# To do:
Transcribe the stretch of entries below from the line with "v138 (-127,48.65,47.5)" through the line with "e168 v140 v140", exactly and with both ends included; leave out all other lines.

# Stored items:

——————————

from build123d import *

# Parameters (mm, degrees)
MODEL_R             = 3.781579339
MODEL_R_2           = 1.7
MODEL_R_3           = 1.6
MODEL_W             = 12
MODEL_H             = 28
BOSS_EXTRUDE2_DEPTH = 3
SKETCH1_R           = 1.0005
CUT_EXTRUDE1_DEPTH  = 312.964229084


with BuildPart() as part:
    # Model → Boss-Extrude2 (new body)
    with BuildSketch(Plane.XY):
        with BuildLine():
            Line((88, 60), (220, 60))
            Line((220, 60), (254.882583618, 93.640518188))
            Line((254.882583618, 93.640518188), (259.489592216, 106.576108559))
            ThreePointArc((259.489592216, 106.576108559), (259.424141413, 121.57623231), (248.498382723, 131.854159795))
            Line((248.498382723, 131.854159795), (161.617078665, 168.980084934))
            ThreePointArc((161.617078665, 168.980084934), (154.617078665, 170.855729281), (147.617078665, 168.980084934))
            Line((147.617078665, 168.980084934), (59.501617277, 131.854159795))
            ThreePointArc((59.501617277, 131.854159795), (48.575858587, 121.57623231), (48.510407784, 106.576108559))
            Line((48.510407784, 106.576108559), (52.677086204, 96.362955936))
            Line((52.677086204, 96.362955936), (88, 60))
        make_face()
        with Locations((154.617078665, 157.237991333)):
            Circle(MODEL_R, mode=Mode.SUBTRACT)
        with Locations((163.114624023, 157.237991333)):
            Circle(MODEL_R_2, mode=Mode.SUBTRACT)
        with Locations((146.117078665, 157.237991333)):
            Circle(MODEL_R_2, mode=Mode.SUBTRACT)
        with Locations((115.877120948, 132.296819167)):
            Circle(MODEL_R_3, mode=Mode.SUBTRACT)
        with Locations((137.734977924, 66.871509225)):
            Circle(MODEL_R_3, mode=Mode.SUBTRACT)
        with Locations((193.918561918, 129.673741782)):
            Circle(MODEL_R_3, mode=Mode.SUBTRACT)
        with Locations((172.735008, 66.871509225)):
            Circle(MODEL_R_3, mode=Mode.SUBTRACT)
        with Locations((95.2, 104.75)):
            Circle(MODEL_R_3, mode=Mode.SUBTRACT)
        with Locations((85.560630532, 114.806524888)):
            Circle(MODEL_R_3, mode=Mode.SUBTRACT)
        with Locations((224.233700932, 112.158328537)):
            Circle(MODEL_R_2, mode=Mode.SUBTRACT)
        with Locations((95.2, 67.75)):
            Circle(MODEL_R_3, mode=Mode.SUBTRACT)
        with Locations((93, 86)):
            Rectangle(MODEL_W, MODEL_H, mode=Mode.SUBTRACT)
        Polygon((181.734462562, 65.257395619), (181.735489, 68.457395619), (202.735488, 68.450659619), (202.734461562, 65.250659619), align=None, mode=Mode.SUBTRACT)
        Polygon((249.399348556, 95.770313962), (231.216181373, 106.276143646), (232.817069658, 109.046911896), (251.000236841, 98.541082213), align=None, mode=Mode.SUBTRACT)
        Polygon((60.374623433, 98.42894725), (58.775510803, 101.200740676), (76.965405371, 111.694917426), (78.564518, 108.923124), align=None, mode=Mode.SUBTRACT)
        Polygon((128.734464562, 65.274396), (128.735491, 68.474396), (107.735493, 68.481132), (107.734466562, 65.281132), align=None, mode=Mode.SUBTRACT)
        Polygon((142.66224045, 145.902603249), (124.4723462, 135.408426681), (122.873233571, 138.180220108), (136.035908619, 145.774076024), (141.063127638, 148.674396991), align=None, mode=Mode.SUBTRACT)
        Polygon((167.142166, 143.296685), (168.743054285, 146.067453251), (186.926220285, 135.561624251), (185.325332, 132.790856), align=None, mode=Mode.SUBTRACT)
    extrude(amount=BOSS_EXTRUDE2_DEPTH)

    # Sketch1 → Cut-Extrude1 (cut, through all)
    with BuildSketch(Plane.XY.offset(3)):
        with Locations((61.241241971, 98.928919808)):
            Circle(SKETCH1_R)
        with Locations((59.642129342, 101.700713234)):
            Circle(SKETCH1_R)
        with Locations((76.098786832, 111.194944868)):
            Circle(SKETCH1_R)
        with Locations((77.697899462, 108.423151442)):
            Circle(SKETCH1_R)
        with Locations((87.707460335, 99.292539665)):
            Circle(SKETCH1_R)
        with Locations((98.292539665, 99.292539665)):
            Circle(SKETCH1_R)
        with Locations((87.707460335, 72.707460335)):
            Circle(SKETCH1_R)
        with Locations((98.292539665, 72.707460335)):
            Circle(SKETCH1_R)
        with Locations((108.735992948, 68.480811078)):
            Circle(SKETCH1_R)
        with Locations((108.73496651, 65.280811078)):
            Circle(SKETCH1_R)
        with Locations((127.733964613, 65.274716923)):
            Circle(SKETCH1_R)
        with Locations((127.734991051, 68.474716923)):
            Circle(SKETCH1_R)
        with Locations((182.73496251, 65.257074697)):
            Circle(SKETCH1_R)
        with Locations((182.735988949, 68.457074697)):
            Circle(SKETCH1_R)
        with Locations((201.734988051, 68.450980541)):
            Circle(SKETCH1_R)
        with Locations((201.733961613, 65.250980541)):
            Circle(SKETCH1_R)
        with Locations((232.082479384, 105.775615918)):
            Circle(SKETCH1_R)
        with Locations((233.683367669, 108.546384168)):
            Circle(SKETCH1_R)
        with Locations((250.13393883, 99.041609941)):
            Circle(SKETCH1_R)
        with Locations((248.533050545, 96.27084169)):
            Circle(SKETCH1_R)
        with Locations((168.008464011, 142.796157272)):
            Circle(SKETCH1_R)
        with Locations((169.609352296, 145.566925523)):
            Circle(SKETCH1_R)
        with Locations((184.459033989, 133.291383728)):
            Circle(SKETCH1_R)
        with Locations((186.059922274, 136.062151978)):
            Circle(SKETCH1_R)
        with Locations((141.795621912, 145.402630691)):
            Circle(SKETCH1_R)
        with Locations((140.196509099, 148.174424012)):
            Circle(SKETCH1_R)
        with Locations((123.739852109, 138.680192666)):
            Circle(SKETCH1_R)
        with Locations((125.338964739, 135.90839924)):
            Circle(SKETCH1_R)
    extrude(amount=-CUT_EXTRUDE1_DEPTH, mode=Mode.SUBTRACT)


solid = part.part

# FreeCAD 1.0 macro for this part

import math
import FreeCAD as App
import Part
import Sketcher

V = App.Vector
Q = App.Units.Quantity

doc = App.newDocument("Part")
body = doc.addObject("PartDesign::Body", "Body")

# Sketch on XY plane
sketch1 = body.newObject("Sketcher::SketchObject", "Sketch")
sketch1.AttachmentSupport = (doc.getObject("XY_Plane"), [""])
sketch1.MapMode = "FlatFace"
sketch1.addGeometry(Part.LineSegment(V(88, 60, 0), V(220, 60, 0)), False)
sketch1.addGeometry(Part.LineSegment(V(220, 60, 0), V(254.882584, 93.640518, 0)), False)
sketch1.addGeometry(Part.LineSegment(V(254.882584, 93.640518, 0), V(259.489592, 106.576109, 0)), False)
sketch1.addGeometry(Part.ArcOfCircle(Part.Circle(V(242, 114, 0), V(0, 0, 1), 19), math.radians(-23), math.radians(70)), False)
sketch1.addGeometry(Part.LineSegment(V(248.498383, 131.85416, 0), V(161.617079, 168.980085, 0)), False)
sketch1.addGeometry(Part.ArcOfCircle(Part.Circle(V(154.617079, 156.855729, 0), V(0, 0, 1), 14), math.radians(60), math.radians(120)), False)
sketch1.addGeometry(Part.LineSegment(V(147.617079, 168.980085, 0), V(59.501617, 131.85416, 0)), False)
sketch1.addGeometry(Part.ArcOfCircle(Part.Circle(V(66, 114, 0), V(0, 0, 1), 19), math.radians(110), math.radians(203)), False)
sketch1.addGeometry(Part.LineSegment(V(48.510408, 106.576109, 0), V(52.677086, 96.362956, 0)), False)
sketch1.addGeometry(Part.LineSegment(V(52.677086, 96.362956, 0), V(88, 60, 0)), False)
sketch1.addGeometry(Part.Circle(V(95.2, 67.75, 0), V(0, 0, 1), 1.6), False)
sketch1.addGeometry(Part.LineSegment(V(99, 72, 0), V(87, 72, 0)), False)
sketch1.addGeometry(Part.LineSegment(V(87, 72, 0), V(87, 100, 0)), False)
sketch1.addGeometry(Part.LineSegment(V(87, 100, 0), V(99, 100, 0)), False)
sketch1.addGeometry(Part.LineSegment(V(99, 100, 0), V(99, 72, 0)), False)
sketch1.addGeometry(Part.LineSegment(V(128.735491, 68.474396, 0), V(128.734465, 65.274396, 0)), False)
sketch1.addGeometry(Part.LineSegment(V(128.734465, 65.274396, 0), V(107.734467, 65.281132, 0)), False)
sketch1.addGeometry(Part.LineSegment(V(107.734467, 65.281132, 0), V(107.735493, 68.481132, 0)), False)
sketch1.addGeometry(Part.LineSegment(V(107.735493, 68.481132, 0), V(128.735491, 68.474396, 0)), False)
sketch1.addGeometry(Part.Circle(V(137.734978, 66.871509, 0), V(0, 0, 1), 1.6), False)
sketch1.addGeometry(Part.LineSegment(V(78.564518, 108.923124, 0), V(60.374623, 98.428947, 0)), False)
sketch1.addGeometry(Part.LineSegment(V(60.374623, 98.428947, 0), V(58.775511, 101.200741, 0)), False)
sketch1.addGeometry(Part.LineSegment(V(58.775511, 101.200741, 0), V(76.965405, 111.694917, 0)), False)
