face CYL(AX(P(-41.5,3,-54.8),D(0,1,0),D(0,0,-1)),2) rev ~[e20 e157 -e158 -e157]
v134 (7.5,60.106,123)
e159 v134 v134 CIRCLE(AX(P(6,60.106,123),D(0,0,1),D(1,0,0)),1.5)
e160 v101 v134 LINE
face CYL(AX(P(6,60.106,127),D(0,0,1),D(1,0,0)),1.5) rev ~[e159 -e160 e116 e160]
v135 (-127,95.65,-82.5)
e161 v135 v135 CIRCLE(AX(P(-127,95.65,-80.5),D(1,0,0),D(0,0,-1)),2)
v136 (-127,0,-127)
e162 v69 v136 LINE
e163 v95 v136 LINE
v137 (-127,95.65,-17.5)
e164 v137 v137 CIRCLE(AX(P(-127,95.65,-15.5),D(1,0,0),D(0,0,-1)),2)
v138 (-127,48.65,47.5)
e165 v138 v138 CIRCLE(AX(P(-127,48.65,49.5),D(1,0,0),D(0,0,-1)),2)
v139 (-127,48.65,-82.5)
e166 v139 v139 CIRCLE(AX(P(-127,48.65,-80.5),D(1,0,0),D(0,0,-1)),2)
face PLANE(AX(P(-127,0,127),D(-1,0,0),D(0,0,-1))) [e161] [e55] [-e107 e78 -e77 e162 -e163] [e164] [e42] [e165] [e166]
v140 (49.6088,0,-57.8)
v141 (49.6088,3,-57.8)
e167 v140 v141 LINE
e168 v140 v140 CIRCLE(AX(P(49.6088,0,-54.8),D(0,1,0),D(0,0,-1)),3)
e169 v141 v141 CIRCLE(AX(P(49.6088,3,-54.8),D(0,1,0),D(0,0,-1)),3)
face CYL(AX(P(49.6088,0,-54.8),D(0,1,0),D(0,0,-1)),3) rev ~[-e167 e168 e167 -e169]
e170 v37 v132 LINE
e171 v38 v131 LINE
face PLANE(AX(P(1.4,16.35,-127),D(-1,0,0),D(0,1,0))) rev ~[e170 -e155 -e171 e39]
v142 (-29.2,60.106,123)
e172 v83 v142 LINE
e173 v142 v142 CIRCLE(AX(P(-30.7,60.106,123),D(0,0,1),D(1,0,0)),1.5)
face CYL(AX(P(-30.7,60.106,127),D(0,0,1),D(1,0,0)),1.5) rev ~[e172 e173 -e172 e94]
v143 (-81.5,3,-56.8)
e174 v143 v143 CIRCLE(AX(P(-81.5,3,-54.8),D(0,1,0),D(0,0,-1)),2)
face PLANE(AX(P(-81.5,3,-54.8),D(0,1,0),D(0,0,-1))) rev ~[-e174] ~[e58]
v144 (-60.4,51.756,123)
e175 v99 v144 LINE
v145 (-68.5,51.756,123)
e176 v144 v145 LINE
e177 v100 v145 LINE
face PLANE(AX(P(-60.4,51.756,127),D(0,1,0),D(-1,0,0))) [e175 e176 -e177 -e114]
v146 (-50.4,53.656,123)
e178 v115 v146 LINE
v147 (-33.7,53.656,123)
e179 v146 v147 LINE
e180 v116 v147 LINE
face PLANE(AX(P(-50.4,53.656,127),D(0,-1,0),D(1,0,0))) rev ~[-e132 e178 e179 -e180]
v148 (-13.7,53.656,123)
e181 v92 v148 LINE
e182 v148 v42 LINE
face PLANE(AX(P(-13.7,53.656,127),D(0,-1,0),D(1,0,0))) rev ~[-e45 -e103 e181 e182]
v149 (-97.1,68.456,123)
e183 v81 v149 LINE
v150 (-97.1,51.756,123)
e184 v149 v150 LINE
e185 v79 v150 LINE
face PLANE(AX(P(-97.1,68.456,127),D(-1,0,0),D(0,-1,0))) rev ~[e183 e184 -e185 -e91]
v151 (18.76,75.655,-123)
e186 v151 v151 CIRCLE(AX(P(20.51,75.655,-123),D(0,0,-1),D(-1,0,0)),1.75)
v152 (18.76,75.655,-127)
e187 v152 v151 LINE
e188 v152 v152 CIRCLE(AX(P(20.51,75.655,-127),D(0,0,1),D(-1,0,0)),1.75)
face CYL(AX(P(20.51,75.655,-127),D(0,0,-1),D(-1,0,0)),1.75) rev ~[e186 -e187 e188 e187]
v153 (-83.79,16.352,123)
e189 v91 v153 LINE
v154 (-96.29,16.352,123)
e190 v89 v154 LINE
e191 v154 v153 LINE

——————————

# Result:
v138 (-127,48.65,47.5)
e165 v138 v138 CIRCLE(AX(P(-127,48.65,49.5),D(1,0,0),D(0,0,-1)),2)
v139 (-127,48.65,-82.5)
e166 v139 v139 CIRCLE(AX(P(-127,48.65,-80.5),D(1,0,0),D(0,0,-1)),2)
face PLANE(AX(P(-127,0,127),D(-1,0,0),D(0,0,-1))) [e161] [e55] [-e107 e78 -e77 e162 -e163] [e164] [e42] [e165] [e166]
v140 (49.6088,0,-57.8)
v141 (49.6088,3,-57.8)
e167 v140 v141 LINE
e168 v140 v140 CIRCLE(AX(P(49.6088,0,-54.8),D(0,1,0),D(0,0,-1)),3)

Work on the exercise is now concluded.